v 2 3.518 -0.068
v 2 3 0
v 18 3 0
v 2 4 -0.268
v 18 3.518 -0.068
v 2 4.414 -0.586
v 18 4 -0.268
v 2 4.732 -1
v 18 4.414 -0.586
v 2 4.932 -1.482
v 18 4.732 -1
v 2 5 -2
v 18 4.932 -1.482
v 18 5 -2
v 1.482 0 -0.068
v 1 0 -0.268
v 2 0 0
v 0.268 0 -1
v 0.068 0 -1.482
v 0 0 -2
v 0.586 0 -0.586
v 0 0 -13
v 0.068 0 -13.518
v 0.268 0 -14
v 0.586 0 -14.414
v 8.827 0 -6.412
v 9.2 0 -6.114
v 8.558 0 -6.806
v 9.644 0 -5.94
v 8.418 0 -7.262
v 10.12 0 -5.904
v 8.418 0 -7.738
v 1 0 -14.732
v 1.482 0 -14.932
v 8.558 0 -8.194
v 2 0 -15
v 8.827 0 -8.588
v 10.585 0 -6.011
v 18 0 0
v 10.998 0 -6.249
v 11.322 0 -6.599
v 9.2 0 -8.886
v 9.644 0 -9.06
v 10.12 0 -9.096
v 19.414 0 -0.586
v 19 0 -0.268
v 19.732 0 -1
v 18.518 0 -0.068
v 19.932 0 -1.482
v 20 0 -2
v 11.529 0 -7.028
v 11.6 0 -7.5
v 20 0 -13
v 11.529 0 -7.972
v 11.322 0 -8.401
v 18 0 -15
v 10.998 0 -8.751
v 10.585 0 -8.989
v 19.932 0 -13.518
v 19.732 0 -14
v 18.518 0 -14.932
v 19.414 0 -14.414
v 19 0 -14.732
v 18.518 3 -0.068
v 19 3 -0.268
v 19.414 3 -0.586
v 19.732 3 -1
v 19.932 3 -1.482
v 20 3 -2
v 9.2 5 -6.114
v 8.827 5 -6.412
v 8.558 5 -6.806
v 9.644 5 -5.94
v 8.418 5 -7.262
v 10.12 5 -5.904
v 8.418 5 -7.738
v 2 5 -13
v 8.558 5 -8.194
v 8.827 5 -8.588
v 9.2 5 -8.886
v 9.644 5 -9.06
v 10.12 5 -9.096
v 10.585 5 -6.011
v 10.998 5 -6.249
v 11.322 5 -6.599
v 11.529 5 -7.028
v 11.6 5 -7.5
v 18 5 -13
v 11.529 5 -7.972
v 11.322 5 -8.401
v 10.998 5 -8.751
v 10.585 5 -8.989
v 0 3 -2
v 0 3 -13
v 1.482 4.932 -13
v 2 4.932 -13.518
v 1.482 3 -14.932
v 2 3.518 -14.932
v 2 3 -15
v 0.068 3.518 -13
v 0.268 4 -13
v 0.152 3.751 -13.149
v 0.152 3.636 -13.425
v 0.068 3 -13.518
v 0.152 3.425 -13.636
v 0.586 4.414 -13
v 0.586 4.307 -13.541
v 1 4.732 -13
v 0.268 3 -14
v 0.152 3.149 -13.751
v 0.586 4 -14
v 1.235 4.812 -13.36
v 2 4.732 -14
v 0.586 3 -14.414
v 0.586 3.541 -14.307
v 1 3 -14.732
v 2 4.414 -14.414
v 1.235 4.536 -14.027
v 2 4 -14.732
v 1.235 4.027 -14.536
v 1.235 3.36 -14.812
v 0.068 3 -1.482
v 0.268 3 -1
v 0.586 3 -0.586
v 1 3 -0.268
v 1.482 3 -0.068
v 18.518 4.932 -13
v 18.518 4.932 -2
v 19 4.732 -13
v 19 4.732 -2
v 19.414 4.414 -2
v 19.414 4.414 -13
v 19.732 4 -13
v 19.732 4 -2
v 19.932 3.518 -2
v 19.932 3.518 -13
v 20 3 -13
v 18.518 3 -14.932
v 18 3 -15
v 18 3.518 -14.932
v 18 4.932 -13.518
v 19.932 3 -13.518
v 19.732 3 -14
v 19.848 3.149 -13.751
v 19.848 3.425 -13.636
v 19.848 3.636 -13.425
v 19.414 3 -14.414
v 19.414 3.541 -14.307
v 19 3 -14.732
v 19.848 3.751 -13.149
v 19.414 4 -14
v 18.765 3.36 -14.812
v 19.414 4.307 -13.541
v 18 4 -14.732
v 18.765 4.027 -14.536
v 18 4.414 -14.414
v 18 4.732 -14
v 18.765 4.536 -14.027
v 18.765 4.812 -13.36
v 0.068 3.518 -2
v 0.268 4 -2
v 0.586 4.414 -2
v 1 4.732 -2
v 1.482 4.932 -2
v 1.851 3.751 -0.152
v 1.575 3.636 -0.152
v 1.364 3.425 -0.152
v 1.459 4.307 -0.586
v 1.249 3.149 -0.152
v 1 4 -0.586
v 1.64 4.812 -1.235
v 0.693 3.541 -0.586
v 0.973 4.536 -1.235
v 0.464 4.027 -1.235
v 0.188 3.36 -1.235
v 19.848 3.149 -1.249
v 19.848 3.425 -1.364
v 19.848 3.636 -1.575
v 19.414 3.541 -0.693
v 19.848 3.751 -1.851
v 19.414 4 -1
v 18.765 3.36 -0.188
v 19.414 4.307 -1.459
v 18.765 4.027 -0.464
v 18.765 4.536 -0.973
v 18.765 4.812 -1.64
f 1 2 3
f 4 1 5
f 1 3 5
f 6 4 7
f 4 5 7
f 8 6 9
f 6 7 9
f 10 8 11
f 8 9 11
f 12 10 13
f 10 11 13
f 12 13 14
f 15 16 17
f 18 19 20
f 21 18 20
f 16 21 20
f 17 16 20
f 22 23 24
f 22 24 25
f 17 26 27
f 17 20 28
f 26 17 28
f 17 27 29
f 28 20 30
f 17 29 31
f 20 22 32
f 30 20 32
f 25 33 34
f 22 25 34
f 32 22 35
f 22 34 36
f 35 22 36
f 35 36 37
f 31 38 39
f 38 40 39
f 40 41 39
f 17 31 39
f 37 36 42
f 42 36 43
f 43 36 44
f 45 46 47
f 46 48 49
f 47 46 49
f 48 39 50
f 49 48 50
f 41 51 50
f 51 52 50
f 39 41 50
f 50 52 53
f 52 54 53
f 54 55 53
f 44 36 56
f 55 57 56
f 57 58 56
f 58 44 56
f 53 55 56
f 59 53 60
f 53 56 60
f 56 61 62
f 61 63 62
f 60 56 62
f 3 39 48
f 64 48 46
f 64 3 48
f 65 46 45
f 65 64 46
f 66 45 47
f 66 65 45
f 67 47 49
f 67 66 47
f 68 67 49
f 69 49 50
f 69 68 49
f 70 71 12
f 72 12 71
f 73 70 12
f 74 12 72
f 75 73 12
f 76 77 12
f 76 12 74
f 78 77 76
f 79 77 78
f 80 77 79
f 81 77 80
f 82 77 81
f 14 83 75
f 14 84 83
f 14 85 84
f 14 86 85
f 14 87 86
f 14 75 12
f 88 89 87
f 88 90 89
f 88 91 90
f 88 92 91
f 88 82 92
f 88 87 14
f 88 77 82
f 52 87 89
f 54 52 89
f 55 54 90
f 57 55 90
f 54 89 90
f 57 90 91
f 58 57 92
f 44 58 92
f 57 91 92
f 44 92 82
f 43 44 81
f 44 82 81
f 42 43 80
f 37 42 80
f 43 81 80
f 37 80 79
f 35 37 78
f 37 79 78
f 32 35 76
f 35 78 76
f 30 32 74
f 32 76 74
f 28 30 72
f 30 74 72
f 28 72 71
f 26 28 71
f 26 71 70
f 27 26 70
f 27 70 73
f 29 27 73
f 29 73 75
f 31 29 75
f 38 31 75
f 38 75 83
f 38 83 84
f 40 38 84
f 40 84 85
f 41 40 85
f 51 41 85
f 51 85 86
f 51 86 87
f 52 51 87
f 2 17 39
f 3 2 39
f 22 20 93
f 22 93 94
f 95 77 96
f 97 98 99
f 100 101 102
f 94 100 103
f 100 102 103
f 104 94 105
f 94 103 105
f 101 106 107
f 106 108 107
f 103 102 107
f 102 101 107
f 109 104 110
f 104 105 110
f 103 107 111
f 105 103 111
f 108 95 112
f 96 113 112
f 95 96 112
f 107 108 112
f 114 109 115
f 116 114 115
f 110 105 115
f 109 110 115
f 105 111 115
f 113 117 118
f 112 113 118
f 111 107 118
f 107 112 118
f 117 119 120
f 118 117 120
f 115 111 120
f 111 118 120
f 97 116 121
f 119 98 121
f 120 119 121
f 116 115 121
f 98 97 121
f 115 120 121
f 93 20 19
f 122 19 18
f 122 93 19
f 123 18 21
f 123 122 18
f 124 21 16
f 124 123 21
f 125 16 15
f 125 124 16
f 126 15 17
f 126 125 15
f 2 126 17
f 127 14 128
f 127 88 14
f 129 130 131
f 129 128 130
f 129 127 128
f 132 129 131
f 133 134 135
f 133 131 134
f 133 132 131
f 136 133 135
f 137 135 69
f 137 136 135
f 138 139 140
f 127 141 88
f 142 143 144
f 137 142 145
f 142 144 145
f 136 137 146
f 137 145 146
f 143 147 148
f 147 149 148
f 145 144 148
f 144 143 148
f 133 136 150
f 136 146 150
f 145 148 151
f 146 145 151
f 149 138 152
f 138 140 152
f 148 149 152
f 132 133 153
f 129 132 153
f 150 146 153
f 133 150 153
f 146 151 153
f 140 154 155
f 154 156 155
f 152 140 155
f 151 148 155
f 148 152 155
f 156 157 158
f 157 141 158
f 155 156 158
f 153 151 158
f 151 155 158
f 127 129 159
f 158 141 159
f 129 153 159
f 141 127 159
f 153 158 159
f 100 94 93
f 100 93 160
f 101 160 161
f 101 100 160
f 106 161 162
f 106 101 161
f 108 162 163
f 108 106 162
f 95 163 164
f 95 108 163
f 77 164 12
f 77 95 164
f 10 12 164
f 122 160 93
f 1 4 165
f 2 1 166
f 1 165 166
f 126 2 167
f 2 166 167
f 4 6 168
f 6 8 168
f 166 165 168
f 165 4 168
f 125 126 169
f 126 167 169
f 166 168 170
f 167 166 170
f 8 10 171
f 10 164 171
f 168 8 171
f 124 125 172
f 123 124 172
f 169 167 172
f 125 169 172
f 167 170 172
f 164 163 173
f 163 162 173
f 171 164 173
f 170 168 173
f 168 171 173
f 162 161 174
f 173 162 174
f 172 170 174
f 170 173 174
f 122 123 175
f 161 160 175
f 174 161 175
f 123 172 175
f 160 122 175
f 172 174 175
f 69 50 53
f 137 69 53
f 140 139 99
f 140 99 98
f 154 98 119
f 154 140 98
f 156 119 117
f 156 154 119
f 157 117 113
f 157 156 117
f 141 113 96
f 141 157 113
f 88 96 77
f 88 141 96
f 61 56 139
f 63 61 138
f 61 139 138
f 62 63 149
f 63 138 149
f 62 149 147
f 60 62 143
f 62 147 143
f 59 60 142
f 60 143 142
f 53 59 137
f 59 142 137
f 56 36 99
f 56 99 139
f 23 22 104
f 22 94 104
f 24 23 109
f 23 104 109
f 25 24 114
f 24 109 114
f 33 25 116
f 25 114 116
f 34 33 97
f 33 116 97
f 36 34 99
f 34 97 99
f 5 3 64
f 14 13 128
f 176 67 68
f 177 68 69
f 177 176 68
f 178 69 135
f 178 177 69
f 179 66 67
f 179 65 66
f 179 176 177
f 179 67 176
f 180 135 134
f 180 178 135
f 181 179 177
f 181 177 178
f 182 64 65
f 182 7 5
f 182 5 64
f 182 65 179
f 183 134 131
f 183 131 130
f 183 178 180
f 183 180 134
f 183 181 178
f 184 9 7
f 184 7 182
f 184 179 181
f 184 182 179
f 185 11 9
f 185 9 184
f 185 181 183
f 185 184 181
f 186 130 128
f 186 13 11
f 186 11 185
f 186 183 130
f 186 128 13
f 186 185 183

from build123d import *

# Parameters (mm, degrees)
SKETCH2_W           = 20
SKETCH2_H           = 15
BOSS_EXTRUDE1_DEPTH = 5
SKETCH3_R           = 1.6
CUT_EXTRUDE1_DEPTH  = 6
FILLET1_R           = 2


with BuildPart() as part:
    # Sketch2 → Boss-Extrude1 (new body)
    with BuildSketch(Plane(origin=(0, 0, 0), x_dir=(1, 0, 0), z_dir=(0, 1, 0))):
        with Locations((10, 7.5)):
            Rectangle(SKETCH2_W, SKETCH2_H)
    extrude(amount=BOSS_EXTRUDE1_DEPTH)

    # Sketch3 → Cut-Extrude1 (cut, through all)
    with BuildSketch(Plane(origin=(0, 5, 0), x_dir=(1, 0, 0), z_dir=(0, 1, 0))):
        with Locations((10, 7.5)):
            Circle(SKETCH3_R)
    extrude(amount=-CUT_EXTRUDE1_DEPTH, mode=Mode.SUBTRACT)

    # Fillet1
    fillet1_edges = [part.edges().sort_by_distance(p)[0] for p in [
        (10, 5, -15),
        (0, 5, -7.5),
        (10, 5, 0),
        (0, 2.5, 0),
        (0, 2.5, -15),
        (20, 2.5, -15),
        (20, 2.5, 0),
        (20, 5, -7.5),
    ]]
    fillet(fillet1_edges, radius=FILLET1_R)


solid = part.part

> _PROBLEM_
Go to the line in the material above that contains "f 145 144 148" and copy exactly from there through the line that contains "f 1 165 166", stopping after it.

> _SOLUTION BELOW_
f 145 144 148
f 144 143 148
f 133 136 150
f 136 146 150
f 145 148 151
f 146 145 151
f 149 138 152
f 138 140 152
f 148 149 152
f 132 133 153
f 129 132 153
f 150 146 153
f 133 150 153
f 146 151 153
f 140 154 155
f 154 156 155
f 152 140 155
f 151 148 155
f 148 152 155
f 156 157 158
f 157 141 158
f 155 156 158
f 153 151 158
f 151 155 158
f 127 129 159
f 158 141 159
f 129 153 159
f 141 127 159
f 153 158 159
f 100 94 93
f 100 93 160
f 101 160 161
f 101 100 160
f 106 161 162
f 106 101 161
f 108 162 163
f 108 106 162
f 95 163 164
f 95 108 163
f 77 164 12
f 77 95 164
f 10 12 164
f 122 160 93
f 1 4 165
f 2 1 166
f 1 165 166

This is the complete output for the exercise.